■ **YOUR ASSIGNMENT**: In the material below, the required lines run from the one containing "0) x (-1, 0, 0)" through the one containing "line L0 (-14, 8.7) -> (-14, 6.0607)". Copy those lines exactly, ends included, and nothing else.

=== MATERIAL FOR THE TASK ===

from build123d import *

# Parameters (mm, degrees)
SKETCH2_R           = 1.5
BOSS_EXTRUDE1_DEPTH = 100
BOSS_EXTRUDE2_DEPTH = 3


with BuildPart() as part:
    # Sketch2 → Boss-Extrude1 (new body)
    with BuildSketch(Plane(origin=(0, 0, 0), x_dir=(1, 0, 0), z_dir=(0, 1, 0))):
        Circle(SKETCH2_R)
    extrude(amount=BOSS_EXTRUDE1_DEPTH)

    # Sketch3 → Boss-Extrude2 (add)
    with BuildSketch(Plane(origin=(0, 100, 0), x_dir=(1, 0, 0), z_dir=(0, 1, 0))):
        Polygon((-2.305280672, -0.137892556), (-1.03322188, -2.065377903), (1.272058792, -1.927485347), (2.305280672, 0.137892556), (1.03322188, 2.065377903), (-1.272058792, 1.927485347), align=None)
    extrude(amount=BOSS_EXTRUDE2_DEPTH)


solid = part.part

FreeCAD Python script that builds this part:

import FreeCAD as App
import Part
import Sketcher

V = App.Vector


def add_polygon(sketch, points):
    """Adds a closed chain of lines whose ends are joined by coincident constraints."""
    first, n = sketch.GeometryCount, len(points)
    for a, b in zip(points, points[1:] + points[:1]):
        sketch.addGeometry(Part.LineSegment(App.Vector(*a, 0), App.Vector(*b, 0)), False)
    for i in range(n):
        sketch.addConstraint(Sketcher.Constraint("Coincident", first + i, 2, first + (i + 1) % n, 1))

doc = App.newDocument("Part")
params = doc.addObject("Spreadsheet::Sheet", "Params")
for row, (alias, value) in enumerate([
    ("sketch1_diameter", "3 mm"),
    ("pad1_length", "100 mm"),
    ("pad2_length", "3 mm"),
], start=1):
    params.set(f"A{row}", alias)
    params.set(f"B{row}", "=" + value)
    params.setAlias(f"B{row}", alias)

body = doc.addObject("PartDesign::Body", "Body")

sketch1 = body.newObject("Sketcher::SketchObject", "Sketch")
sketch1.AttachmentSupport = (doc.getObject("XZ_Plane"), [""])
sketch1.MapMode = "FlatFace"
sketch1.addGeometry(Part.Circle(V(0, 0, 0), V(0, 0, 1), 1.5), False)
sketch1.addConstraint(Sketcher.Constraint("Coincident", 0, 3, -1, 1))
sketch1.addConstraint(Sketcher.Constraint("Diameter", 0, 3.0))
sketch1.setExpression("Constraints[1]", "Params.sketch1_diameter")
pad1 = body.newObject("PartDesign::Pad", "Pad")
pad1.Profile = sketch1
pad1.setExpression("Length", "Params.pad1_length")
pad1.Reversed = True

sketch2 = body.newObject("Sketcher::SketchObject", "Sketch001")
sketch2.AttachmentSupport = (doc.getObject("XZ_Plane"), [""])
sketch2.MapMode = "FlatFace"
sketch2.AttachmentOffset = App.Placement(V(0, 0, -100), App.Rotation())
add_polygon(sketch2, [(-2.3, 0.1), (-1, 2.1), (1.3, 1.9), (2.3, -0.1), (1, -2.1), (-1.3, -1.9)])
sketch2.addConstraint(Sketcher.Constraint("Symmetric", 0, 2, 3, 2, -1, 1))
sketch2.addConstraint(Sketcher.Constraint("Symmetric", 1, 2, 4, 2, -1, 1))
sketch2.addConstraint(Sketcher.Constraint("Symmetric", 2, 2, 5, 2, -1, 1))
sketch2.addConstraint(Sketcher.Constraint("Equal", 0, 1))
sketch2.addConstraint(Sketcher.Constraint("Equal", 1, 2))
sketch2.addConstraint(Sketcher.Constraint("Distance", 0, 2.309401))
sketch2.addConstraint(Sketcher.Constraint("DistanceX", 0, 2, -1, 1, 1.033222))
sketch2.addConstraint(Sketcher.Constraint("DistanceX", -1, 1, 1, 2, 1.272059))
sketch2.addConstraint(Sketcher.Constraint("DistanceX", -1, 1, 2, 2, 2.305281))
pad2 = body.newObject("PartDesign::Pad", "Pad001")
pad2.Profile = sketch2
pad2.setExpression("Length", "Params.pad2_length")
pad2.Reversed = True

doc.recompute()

===
=== MATERIAL FOR THE TASK ===

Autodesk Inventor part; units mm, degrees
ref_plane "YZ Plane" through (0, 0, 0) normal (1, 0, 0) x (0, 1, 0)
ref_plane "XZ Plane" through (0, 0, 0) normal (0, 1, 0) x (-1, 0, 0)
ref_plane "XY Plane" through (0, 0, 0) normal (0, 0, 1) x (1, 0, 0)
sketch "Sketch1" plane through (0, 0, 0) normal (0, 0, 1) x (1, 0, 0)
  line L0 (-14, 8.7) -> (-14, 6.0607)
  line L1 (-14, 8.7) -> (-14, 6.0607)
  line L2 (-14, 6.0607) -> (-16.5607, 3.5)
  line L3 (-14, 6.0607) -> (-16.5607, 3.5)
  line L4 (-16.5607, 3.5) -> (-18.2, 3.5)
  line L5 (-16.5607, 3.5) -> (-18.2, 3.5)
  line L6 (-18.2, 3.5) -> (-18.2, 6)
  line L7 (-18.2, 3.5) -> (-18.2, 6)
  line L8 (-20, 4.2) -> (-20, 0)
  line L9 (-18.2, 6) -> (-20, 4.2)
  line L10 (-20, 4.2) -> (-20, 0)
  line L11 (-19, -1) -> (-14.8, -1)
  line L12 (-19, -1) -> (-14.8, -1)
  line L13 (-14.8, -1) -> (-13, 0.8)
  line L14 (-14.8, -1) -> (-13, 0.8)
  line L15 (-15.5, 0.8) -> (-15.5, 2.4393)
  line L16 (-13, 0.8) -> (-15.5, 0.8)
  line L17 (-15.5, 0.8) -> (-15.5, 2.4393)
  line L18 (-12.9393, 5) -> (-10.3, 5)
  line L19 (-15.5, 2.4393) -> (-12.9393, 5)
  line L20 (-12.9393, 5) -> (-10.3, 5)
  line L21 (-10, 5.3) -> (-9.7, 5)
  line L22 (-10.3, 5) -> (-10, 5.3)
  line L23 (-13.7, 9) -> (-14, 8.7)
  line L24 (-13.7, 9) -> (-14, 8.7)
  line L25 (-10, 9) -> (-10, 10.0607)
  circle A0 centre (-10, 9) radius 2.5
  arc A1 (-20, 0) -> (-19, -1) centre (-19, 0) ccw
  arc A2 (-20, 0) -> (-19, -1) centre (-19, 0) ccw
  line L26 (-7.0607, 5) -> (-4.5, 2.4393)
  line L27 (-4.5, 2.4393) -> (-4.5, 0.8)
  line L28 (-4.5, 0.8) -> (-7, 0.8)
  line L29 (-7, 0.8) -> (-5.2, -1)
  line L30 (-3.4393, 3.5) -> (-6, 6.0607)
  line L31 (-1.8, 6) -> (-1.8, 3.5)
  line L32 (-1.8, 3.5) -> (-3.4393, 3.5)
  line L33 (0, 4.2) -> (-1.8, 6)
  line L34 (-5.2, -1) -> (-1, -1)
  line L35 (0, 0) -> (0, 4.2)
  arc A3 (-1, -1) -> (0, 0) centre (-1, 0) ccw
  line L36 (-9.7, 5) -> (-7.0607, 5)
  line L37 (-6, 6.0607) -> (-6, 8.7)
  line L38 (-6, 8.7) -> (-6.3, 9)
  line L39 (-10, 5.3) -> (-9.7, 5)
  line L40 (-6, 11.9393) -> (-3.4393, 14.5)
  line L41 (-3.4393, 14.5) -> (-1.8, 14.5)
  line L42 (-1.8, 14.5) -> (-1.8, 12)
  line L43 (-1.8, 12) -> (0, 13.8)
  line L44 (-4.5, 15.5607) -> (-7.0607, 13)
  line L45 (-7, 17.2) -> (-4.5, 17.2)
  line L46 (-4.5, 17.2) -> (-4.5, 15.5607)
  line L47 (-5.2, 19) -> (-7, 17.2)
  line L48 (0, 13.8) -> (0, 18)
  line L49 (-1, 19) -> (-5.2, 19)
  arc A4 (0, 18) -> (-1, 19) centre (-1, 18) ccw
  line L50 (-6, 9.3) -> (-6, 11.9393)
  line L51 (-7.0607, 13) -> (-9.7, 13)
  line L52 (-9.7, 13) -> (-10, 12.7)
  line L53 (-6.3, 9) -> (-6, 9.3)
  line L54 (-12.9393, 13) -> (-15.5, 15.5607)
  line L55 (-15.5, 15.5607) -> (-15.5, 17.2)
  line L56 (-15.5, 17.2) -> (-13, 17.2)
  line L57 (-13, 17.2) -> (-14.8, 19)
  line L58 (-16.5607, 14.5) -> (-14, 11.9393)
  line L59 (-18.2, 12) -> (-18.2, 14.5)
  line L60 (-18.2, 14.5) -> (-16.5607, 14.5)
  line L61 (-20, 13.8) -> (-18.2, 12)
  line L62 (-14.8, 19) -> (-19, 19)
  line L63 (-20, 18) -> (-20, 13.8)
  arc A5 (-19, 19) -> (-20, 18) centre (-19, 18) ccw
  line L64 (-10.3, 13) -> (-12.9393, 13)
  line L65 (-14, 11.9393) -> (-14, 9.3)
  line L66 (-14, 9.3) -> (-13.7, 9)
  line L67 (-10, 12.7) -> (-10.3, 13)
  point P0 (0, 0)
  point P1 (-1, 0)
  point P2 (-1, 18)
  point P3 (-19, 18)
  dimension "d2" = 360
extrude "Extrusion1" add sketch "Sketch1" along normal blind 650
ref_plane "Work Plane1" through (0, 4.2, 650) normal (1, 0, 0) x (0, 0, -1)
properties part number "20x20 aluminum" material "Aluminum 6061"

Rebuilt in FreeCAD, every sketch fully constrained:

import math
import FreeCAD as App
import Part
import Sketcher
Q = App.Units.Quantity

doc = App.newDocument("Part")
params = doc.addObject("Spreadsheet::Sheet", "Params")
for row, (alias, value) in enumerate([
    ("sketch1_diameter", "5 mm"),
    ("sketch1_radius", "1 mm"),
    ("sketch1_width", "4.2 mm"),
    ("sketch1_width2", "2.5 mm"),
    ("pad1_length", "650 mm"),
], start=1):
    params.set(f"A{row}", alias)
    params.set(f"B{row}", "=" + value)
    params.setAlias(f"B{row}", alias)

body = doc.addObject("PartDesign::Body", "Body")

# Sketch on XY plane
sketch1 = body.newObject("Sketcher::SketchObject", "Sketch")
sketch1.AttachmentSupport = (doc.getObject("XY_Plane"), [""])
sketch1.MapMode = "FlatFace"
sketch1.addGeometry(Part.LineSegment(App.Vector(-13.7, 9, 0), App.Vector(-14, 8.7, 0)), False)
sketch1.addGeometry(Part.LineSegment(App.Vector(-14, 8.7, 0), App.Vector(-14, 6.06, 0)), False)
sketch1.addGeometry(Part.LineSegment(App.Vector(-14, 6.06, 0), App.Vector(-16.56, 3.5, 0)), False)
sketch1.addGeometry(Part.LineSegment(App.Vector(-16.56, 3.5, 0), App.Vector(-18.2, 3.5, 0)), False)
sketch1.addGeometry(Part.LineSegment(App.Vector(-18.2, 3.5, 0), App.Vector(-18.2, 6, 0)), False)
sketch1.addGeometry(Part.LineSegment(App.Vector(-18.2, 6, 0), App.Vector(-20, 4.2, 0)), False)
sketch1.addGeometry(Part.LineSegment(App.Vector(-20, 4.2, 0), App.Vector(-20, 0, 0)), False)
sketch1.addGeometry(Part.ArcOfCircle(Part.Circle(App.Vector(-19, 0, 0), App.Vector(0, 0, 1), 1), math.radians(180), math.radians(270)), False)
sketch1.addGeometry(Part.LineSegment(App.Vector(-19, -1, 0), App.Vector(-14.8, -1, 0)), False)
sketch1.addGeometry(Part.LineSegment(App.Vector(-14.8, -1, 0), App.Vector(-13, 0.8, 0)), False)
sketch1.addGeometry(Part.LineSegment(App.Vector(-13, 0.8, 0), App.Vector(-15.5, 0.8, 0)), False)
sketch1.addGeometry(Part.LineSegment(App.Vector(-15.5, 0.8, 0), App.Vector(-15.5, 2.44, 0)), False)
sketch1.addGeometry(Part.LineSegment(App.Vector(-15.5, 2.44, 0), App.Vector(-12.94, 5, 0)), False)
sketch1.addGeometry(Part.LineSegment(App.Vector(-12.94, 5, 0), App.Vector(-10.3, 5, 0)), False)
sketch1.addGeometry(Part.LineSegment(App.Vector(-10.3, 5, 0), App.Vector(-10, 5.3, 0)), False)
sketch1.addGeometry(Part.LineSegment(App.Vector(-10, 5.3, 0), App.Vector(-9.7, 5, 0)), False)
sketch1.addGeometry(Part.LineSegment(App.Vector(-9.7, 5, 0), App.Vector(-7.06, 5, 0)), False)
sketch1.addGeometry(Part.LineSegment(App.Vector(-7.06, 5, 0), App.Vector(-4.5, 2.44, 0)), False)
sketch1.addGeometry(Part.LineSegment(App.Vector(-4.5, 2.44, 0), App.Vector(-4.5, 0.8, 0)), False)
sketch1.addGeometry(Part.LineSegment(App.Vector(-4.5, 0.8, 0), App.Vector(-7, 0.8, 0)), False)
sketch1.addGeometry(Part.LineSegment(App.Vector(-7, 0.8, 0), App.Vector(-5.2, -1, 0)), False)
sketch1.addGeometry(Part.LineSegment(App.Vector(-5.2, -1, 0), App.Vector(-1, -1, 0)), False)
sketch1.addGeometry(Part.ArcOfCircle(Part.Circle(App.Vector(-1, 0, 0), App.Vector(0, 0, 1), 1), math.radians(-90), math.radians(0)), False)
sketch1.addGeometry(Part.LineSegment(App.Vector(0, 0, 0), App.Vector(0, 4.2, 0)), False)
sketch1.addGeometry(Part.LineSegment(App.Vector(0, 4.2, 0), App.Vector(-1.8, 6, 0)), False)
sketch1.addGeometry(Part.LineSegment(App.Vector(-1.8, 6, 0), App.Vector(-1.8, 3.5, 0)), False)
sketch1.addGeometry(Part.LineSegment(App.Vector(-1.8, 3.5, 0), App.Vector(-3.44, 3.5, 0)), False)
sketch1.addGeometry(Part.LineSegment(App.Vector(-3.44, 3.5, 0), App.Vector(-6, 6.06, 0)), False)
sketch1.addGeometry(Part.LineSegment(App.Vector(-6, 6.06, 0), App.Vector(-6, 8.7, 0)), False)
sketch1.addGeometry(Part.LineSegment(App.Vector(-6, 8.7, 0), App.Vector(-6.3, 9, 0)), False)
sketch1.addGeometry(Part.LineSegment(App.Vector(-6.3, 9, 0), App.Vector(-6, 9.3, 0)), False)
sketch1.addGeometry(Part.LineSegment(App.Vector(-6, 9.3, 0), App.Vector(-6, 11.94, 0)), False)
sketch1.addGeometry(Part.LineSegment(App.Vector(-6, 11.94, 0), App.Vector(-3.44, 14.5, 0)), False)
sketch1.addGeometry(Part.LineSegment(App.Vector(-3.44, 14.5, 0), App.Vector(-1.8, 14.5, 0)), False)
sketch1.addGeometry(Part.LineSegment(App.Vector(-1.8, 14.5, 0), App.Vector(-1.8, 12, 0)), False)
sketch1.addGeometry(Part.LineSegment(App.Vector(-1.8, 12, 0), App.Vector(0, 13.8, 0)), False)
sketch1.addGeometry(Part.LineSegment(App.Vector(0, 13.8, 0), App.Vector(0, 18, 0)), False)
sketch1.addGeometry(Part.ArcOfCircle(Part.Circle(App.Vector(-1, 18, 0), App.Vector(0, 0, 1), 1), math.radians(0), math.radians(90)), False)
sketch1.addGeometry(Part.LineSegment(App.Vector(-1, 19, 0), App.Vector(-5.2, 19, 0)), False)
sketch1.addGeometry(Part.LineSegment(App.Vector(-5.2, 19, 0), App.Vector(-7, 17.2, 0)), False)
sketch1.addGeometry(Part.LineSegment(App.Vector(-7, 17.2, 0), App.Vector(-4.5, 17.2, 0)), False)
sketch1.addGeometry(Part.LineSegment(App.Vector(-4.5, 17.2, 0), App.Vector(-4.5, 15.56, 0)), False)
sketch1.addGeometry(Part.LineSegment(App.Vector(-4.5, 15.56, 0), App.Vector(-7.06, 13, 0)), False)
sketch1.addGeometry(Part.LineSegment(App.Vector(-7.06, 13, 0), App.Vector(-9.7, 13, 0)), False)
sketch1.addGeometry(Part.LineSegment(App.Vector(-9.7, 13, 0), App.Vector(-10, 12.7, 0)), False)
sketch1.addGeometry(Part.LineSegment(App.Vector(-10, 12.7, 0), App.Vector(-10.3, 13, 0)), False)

===

■ **REPLY**:
ref_plane "XZ Plane" through (0, 0, 0) normal (0, 1, 0) x (-1, 0, 0)
ref_plane "XY Plane" through (0, 0, 0) normal (0, 0, 1) x (1, 0, 0)
sketch "Sketch1" plane through (0, 0, 0) normal (0, 0, 1) x (1, 0, 0)
  line L0 (-14, 8.7) -> (-14, 6.0607)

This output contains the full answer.